# Lake logan monster



## Gfhteen (May 20, 2004)

I know it's the wrong section for lake logan but wanted to share with you guys anyways. I had the pleasure of pre fishing lake logan on tuesday with a friend for the tourney today. We didnr do too well on bass only caught 1 on tuesday. My friend ended up placing 6th today and he sent me a pic of the big bass caught today by the winning team. 7.6lbs that's a monster for ohio!


----------



## Dovans (Nov 15, 2011)

Thats a monster anywhere.... Lake Logan? Wow. Incredible.


----------



## bobberbucket (Mar 30, 2008)

That thing is a whopper!


----------



## percidaeben (Jan 15, 2010)

Incredible. Thanks for share. That's cool little lake. Didn't it at one time have the state record saugeye there. And also believe northern pike record many moons ago. Wonder if there's pike still in there.


----------



## slowtroller (Sep 28, 2011)

Thats a good one anywhere.


----------



## 1basshunter (Mar 27, 2011)

That is most definitely a monster


----------



## polebender (Oct 29, 2011)

Whew! A hawg for sure!


----------



## Deazl666 (Mar 30, 2012)

What a pig!!!


----------



## rattlin jones (Nov 16, 2012)

Big bass anywhere well done


----------



## greatmiami (Feb 4, 2014)

That thing is so chunky those cheeks could explode. Dang wat a fish


----------



## Gfhteen (May 20, 2004)

percidaeben said:


> Incredible. Thanks for share. That's cool little lake. Didn't it at one time have the state record saugeye there. And also believe northern pike record many moons ago. Wonder if there's pike still in there.

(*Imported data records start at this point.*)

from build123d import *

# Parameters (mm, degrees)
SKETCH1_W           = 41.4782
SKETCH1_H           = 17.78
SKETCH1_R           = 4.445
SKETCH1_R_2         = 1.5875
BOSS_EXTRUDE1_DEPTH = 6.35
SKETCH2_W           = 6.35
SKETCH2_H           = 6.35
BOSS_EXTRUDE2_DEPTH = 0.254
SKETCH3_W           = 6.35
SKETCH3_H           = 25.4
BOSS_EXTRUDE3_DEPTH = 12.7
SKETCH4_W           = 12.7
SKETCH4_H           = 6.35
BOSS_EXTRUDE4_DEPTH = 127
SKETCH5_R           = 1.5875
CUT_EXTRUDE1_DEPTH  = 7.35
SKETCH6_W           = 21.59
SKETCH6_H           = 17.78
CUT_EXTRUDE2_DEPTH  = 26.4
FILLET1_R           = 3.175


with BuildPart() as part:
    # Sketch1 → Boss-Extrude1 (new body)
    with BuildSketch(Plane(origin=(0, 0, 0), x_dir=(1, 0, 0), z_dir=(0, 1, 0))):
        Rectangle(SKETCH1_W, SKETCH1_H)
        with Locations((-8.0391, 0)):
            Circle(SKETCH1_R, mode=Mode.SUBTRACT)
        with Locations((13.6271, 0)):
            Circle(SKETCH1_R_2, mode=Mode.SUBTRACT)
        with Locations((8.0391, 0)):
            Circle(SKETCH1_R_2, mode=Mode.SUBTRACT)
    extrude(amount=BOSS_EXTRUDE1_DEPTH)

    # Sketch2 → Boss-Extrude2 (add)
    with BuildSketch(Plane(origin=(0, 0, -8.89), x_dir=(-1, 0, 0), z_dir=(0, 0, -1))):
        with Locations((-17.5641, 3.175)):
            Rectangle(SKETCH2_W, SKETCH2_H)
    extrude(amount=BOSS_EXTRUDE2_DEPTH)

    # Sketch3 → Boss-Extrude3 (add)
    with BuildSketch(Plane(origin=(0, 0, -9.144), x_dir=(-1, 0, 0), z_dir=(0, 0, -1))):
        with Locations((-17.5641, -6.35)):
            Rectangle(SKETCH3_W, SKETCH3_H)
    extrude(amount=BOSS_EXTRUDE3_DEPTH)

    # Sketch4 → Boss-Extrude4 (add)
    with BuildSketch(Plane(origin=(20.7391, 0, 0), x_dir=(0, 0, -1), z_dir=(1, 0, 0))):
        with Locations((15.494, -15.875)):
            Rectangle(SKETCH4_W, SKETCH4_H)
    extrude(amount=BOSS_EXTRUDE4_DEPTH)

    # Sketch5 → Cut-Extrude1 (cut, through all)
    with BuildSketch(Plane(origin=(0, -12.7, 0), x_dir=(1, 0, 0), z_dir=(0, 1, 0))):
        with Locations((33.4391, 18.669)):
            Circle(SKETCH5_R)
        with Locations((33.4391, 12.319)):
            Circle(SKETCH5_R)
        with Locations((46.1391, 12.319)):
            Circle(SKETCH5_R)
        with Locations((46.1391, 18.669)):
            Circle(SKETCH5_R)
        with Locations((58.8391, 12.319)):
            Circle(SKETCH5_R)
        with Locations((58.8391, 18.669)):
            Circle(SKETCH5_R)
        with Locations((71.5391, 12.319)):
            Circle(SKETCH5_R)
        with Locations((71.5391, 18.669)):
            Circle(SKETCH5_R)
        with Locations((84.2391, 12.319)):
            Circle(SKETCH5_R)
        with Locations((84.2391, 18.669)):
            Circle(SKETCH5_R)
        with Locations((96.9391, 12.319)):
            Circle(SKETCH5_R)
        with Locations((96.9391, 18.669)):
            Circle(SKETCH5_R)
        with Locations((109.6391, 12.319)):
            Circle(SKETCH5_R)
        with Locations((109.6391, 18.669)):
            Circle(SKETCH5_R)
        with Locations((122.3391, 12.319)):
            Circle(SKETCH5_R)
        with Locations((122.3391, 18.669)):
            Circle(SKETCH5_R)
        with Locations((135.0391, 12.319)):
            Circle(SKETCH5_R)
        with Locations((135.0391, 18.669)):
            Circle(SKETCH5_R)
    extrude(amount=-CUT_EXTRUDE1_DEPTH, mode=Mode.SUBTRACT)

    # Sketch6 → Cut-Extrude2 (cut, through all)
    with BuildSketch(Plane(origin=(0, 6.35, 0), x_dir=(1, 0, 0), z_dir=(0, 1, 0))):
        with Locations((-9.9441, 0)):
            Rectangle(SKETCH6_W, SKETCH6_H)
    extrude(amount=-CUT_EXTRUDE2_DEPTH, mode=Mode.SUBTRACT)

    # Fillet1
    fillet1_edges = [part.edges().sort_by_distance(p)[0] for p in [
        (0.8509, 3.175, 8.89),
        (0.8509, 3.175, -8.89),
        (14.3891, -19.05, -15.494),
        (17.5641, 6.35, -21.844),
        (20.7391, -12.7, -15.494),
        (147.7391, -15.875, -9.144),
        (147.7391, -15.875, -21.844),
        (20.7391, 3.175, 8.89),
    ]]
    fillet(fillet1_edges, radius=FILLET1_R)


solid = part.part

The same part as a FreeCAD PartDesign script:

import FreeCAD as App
import Part
import Sketcher
from FreeCAD import Vector
Q = App.Units.Quantity


def edges_at(feature, points):
    """Names of the edges that pass closest to the given points."""
    edges = feature.Shape.Edges
    near = lambda p: min(range(len(edges)), key=lambda i: edges[i].distToShape(Part.Vertex(*p))[0])
    return sorted({f"Edge{near(p) + 1}" for p in points})


def add_polygon(sketch, points):
    """Adds a closed chain of lines whose ends are joined by coincident constraints."""
    first, n = sketch.GeometryCount, len(points)
    for a, b in zip(points, points[1:] + points[:1]):
        sketch.addGeometry(Part.LineSegment(App.Vector(*a, 0), App.Vector(*b, 0)), False)
    for i in range(n):
        sketch.addConstraint(Sketcher.Constraint("Coincident", first + i, 2, first + (i + 1) % n, 1))

doc = App.newDocument("Part")
body = doc.addObject("PartDesign::Body", "Body")

# Sketch on XZ plane
sketch1 = body.newObject("Sketcher::SketchObject", "Sketch")
sketch1.AttachmentSupport = (doc.getObject("XZ_Plane"), [""])
sketch1.MapMode = "FlatFace"
add_polygon(sketch1, [(-20.7, -8.9), (-20.7, 8.9), (20.7, 8.9), (20.7, -8.9)])  # lines 0-3
sketch1.addGeometry(Part.Circle(Vector(-8, 0, 0), Vector(0, 0, 1), 4.4), False)  # 4
sketch1.addGeometry(Part.Circle(Vector(8, 0, 0), Vector(0, 0, 1), 1.6), False)  # 5
sketch1.addGeometry(Part.Circle(Vector(13.6, 0, 0), Vector(0, 0, 1), 1.6), False)  # 6
sketch1.addConstraint(Sketcher.Constraint("Vertical", 0))
sketch1.addConstraint(Sketcher.Constraint("Horizontal", 1))
sketch1.addConstraint(Sketcher.Constraint("Vertical", 2))
sketch1.addConstraint(Sketcher.Constraint("Horizontal", 3))
sketch1.addConstraint(Sketcher.Constraint("Equal", 5, 6))
sketch1.addConstraint(Sketcher.Constraint("Symmetric", 4, 3, 5, 3, -1, 1))
sketch1.addConstraint(Sketcher.Constraint("Symmetric", 0, 2, 2, 2, -1, 1))
sketch1.addConstraint(Sketcher.Constraint("PointOnObject", 4, 3, -1))
sketch1.addConstraint(Sketcher.Constraint("PointOnObject", 6, 3, -1))
sketch1.addConstraint(Sketcher.Constraint("Diameter", 4, Q("0.35 in")))
sketch1.addConstraint(Sketcher.Constraint("Diameter", 5, Q("0.125 in")))
sketch1.addConstraint(Sketcher.Constraint("DistanceY", 0, 1, 0, 2, Q("0.7 in")))
sketch1.addConstraint(Sketcher.Constraint("DistanceX", 0, 2, 4, 3, Q("0.5 in")))
sketch1.addConstraint(Sketcher.Constraint("DistanceX", 1, 1, 1, 2, Q("1.633 in")))
sketch1.addConstraint(Sketcher.Constraint("DistanceX", 5, 3, 6, 3, Q("0.22 in")))
pad1 = body.newObject("PartDesign::Pad", "Pad")
pad1.Profile = sketch1
pad1.Length = Q("0.25 in")
pad1.Reversed = True

# Sketch on XY plane
sketch2 = body.newObject("Sketcher::SketchObject", "Sketch001")
sketch2.AttachmentSupport = (doc.getObject("XY_Plane"), [""])
sketch2.MapMode = "FlatFace"
sketch2.AttachmentOffset = App.Placement(Vector(0, 0, -0.35 * 25.4), App.Rotation())
add_polygon(sketch2, [(21, 6), (21, 0), (14, 0), (14, 6)])  # lines 0-3
sketch2.addConstraint(Sketcher.Constraint("Vertical", 0))
sketch2.addConstraint(Sketcher.Constraint("Horizontal", 1))
sketch2.addConstraint(Sketcher.Constraint("Vertical", 2))
sketch2.addConstraint(Sketcher.Constraint("Horizontal", 3))
sketch2.addConstraint(Sketcher.Constraint("PointOnObject", 0, 2, -1))
sketch2.addConstraint(Sketcher.Constraint("Equal", 3, 0))
sketch2.addConstraint(Sketcher.Constraint("DistanceX", 1, 2, 1, 1, Q("0.25 in")))
sketch2.addConstraint(Sketcher.Constraint("DistanceX", -1, 1, 0, 2, Q("0.8165 in")))
pad2 = body.newObject("PartDesign::Pad", "Pad001")
pad2.Profile = sketch2
pad2.Length = Q("0.01 in")
pad2.Reversed = True

# Sketch on XY plane
sketch3 = body.newObject("Sketcher::SketchObject", "Sketch002")
sketch3.AttachmentSupport = (doc.getObject("XY_Plane"), [""])
sketch3.MapMode = "FlatFace"
sketch3.AttachmentOffset = App.Placement(Vector(0, 0, -0.36 * 25.4), App.Rotation())
add_polygon(sketch3, [(21, 6), (21, -19), (14, -19), (14, 6)])  # lines 0-3
sketch3.addConstraint(Sketcher.Constraint("Vertical", 0))
sketch3.addConstraint(Sketcher.Constraint("Horizontal", 1))
sketch3.addConstraint(Sketcher.Constraint("Vertical", 2))
sketch3.addConstraint(Sketcher.Constraint("Horizontal", 3))
sketch3.addConstraint(Sketcher.Constraint("DistanceY", 0, 2, 0, 1, Q("1 in")))
sketch3.addConstraint(Sketcher.Constraint("DistanceX", 1, 2, 1, 1, Q("0.25 in")))
sketch3.addConstraint(Sketcher.Constraint("DistanceY", 0, 2, -1, 1, Q("0.75 in")))
sketch3.addConstraint(Sketcher.Constraint("DistanceX", -1, 1, 0, 2, Q("0.8165 in")))
pad3 = body.newObject("PartDesign::Pad", "Pad002")
pad3.Profile = sketch3
pad3.Length = Q("0.5 in")
pad3.Reversed = True

# Sketch on YZ plane
sketch4 = body.newObject("Sketcher::SketchObject", "Sketch003")
sketch4.AttachmentSupport = (doc.getObject("YZ_Plane"), [""])
sketch4.MapMode = "FlatFace"
sketch4.AttachmentOffset = App.Placement(Vector(0, 0, 0.8165 * 25.4), App.Rotation())
add_polygon(sketch4, [(-13, -9), (-19, -9), (-19, -22), (-13, -22)])  # lines 0-3
sketch4.addConstraint(Sketcher.Constraint("Horizontal", 0))
sketch4.addConstraint(Sketcher.Constraint("Vertical", 1))
sketch4.addConstraint(Sketcher.Constraint("Horizontal", 2))
sketch4.addConstraint(Sketcher.Constraint("Vertical", 3))
sketch4.addConstraint(Sketcher.Constraint("DistanceY", 1, 2, 1, 1, Q("0.5 in")))
sketch4.addConstraint(Sketcher.Constraint("DistanceX", 0, 2, 0, 1, Q("0.25 in")))
sketch4.addConstraint(Sketcher.Constraint("DistanceX", 2, 2, -1, 1, Q("0.5 in")))
sketch4.addConstraint(Sketcher.Constraint("DistanceY", 0, 2, -1, 1, Q("0.36 in")))
pad4 = body.newObject("PartDesign::Pad", "Pad003")
pad4.Profile = sketch4
pad4.Length = Q("5 in")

Yes years and years ago and I want to say it was not only the state record but the world record at the time as well or so I've been told. Alot of people I work with are from that area.


----------



## Gfhteen (May 20, 2004)

At work now and just talked to my friend who fished the tourney, I guess a 5lb and a 6.5lb were also turned in yesterday


----------



## homepiece (May 11, 2007)

That is a monster for ohio. Awesome fish.


----------



## stanimals2 (Mar 20, 2011)

HOLY CRAP !!


----------



## saug-I (Apr 7, 2010)

Not from lake Logan, pretty sure it came from Hoover, keep moving


----------



## Smallmouth Crazy (Apr 4, 2006)

bobberbucket said:


> That thing is a whopper!


Great looking fish, and I agree I would be happy with that fish anywhere.


----------



## ostbucks98 (Apr 14, 2004)

Logan produces 6+ pretty often. Ive fished the Saturday tournys and its pretty common. Tough lake to fish at times but does produce quality.


----------